SAGe: A Lightweight Algorithm-Architecture Co-Design for Mitigating the Data Preparation Bottleneck in Large-Scale Genome Sequence Analysis

Genome sequence analysis, which examines the DNA sequences of organisms, drives advances in many critical medical and biotechnological fields. Given its importance and the exponentially growing volumes of genomic sequence data, there are extensive efforts to accelerate genome sequence analysis. In this work, we demonstrate a major bottleneck that greatly limits and diminishes the benefits of state-of-the-art genome sequence analysis accelerators: the data preparation bottleneck, where genomic sequence data is stored in compressed form and needs to be first decompressed and formatted before an accelerator can operate on it. To mitigate this bottleneck, we propose SAGe, an algorithm-architecture co-design for highly-compressed storage and high-performance access of large-scale genomic sequence data.

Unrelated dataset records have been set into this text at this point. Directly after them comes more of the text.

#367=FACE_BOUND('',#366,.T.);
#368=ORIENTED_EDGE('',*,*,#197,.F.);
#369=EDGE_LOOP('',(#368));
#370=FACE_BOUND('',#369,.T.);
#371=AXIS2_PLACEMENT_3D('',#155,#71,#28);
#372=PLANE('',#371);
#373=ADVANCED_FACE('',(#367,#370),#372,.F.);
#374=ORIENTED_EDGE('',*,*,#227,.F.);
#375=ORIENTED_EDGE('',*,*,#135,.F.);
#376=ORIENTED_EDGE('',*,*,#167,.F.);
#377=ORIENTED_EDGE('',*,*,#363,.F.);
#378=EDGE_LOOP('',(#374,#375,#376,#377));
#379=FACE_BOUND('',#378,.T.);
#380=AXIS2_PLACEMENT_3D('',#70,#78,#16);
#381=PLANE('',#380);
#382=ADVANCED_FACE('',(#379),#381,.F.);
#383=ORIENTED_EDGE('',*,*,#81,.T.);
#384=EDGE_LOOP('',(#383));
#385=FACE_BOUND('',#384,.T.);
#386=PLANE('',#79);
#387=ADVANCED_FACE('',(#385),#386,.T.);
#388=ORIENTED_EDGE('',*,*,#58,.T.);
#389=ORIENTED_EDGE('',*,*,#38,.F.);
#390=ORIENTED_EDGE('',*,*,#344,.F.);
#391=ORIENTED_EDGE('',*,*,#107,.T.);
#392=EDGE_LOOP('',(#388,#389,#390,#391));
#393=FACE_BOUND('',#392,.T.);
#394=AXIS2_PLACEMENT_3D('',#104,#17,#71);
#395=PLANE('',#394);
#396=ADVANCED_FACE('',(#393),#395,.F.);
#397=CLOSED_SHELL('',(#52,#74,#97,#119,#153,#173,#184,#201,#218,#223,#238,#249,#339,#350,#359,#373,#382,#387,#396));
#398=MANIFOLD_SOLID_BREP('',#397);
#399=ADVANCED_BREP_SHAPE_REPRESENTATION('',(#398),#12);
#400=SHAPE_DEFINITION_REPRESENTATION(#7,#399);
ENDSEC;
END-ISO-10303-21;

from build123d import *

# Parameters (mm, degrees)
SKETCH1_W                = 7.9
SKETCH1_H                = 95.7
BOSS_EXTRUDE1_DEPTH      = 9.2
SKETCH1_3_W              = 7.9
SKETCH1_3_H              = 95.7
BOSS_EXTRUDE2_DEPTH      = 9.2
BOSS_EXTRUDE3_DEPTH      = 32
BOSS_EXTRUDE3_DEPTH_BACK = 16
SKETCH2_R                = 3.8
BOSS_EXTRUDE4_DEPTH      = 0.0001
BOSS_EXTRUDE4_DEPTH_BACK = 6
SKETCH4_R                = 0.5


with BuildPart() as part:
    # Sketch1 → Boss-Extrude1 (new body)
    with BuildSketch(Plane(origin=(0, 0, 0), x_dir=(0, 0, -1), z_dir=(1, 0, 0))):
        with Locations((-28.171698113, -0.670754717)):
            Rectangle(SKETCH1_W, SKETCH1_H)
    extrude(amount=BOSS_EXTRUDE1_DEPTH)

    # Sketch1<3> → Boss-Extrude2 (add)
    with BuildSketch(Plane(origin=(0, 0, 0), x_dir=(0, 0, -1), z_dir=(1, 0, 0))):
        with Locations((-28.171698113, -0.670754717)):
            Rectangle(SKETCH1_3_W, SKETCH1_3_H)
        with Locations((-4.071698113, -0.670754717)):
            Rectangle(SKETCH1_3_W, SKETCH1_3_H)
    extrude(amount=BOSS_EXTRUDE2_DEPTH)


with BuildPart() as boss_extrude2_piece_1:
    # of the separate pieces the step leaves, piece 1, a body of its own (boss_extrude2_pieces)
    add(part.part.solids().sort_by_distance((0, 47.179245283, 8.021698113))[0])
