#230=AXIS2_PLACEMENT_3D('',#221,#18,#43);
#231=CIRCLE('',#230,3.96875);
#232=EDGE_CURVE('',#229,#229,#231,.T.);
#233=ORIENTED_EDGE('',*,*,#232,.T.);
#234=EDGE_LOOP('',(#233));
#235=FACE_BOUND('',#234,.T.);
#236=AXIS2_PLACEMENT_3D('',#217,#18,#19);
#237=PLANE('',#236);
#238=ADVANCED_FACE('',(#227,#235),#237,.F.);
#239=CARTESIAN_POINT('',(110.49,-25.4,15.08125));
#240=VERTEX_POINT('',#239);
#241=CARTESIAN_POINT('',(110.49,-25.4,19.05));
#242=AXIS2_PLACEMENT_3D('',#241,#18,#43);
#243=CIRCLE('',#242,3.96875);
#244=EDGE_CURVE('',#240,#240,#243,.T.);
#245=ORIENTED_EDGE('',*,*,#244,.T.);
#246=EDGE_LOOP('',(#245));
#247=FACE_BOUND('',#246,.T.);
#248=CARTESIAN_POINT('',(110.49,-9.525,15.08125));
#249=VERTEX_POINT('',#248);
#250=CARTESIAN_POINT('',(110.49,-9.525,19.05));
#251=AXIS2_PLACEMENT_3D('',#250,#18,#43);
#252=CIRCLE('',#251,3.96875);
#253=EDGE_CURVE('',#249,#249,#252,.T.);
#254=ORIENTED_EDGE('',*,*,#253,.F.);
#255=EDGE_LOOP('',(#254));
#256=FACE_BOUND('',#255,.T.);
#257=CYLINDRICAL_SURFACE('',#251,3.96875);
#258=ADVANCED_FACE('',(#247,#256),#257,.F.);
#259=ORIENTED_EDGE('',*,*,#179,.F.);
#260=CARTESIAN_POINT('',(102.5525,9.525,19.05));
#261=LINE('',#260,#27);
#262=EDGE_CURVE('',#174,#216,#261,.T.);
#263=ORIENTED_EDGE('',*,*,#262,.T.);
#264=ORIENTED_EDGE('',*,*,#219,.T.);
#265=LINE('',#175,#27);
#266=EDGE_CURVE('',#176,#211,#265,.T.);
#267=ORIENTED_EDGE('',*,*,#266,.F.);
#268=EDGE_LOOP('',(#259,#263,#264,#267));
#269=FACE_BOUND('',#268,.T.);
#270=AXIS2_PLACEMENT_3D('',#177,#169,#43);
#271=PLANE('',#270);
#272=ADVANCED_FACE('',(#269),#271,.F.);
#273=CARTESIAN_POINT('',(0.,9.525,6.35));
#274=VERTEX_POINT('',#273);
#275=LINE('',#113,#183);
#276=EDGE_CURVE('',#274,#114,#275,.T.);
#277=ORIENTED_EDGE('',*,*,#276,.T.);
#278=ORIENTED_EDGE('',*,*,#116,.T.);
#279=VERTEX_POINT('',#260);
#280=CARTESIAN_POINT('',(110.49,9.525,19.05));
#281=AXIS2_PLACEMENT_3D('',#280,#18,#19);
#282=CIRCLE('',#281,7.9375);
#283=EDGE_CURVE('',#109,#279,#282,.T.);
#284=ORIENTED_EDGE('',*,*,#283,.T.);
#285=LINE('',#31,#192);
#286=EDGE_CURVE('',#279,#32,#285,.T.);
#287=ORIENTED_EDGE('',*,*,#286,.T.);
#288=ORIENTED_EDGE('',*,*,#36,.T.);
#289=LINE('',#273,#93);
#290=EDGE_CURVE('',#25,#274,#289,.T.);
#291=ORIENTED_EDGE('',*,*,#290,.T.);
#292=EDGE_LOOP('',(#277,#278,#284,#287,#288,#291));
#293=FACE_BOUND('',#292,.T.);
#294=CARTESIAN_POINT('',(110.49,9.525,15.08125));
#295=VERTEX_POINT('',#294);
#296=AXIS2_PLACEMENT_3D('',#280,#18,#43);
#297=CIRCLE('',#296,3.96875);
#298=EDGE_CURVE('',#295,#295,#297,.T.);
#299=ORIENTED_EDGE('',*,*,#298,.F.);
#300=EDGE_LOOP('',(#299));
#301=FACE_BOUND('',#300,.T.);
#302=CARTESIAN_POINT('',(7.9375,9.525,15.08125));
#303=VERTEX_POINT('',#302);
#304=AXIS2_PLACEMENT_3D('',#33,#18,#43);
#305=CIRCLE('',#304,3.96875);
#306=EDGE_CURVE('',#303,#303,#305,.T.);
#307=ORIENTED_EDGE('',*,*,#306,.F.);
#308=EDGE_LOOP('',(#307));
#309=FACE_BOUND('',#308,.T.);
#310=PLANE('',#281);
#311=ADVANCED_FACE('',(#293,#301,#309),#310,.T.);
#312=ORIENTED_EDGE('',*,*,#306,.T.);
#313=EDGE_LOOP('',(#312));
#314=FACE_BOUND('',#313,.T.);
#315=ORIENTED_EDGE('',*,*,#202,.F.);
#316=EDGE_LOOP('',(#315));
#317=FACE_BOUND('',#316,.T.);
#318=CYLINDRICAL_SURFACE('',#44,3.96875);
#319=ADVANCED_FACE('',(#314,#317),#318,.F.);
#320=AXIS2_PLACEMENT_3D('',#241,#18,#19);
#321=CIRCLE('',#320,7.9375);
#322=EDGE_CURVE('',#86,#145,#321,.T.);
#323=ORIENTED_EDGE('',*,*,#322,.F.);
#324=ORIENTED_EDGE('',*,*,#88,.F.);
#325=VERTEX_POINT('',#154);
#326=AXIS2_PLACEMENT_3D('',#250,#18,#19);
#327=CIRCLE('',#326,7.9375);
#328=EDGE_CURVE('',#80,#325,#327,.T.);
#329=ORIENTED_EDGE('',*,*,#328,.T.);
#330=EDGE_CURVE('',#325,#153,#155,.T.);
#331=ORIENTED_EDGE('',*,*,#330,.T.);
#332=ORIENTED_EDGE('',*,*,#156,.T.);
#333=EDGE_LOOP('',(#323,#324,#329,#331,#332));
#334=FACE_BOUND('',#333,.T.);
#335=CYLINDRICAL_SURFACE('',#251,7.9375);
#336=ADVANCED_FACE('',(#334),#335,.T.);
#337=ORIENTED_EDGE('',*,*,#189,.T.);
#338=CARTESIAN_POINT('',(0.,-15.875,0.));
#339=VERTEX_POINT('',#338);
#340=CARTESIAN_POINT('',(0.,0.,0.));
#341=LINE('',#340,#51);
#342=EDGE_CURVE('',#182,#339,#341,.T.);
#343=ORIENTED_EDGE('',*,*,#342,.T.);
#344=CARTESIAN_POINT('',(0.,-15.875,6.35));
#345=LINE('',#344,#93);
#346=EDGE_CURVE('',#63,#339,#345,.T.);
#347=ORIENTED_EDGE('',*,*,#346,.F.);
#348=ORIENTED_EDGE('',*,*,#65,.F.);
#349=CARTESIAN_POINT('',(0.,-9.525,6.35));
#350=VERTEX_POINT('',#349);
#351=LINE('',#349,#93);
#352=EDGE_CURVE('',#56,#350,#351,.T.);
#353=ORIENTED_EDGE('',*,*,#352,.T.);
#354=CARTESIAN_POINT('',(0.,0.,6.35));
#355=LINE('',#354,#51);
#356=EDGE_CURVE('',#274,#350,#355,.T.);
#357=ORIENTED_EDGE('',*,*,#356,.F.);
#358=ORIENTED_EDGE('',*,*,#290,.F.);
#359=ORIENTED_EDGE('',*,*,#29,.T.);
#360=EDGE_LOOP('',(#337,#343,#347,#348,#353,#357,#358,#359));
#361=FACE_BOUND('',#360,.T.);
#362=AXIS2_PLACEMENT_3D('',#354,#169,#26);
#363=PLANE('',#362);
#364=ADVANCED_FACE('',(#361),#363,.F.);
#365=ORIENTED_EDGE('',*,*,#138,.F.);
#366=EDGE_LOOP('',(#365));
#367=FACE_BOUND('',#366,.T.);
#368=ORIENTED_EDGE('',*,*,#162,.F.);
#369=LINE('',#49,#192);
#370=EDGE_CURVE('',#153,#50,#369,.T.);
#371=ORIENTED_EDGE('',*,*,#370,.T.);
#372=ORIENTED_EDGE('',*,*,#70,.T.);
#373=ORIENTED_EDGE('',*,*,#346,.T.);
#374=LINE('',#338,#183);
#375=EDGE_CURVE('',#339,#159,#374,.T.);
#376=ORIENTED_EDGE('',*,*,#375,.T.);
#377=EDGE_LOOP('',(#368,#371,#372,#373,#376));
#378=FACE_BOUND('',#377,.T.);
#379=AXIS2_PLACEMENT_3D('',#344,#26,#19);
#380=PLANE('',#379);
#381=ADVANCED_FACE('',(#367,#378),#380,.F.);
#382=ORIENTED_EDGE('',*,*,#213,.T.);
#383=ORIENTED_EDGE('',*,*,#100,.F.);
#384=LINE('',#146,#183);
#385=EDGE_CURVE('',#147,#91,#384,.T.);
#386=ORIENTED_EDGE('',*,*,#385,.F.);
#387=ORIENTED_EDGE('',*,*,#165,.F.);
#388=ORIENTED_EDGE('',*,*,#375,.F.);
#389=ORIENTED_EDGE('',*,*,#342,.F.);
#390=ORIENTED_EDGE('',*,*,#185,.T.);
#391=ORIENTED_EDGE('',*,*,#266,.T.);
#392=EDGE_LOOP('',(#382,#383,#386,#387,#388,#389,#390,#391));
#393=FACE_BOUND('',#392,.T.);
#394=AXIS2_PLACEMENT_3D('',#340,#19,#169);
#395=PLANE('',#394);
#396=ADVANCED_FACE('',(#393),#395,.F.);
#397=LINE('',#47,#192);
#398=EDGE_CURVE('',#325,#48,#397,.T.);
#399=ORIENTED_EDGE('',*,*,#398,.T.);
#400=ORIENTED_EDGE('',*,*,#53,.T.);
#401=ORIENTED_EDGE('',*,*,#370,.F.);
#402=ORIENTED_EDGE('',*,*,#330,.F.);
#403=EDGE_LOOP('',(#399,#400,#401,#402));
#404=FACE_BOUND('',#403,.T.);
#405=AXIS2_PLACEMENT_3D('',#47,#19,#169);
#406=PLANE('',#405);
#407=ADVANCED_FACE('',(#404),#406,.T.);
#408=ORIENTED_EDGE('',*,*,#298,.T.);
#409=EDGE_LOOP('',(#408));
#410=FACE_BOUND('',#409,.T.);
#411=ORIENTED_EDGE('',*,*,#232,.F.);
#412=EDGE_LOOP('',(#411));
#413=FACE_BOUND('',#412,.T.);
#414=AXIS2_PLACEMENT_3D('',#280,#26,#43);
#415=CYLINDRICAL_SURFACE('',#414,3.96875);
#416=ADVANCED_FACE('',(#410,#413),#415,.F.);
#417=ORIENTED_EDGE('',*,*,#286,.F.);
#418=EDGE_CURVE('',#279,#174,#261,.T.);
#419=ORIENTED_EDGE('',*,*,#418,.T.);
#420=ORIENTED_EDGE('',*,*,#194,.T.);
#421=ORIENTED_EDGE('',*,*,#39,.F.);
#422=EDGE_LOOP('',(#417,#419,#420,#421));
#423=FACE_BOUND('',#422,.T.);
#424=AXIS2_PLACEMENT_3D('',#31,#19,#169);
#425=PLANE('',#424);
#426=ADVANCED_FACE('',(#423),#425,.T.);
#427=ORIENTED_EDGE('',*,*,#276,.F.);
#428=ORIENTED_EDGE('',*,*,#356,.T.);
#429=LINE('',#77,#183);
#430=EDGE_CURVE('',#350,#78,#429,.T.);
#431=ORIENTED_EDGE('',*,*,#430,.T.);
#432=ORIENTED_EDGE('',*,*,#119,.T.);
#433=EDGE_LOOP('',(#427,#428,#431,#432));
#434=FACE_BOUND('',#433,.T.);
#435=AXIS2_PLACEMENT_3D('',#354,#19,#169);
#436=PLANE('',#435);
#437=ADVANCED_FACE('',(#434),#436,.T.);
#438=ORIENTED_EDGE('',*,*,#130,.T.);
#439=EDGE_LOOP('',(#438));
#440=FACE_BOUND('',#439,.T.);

The key challenge is to improve data preparation performance while maintaining high compression ratios (comparable to genomic-specific compression algorithms) at low hardware cost. We address this challenge by leveraging key properties of genomic datasets to co-design (i) a lossless (de)compression algorithm, (ii) hardware that decompresses data with lightweight operations and efficient streaming accesses, (iii) storage data layout, and (iv) interface commands to access data. SAGe is highly versatile, as it supports datasets from different sequencing technologies and species. Due to its lightweight design, SAGe can be seamlessly integrated with a broad range of hardware accelerators for genome sequence analysis to mitigate their data preparation bottlenecks. Our results demonstrate that SAGe improves the average end-to-end performance and energy efficiency of two state-of-the-art genome sequence analysis accelerators by 3.0x-32.1x and 13.0x-34.0x, respectively, compared to when the accelerators rely on state-of-the-art software and hardware decompression tools.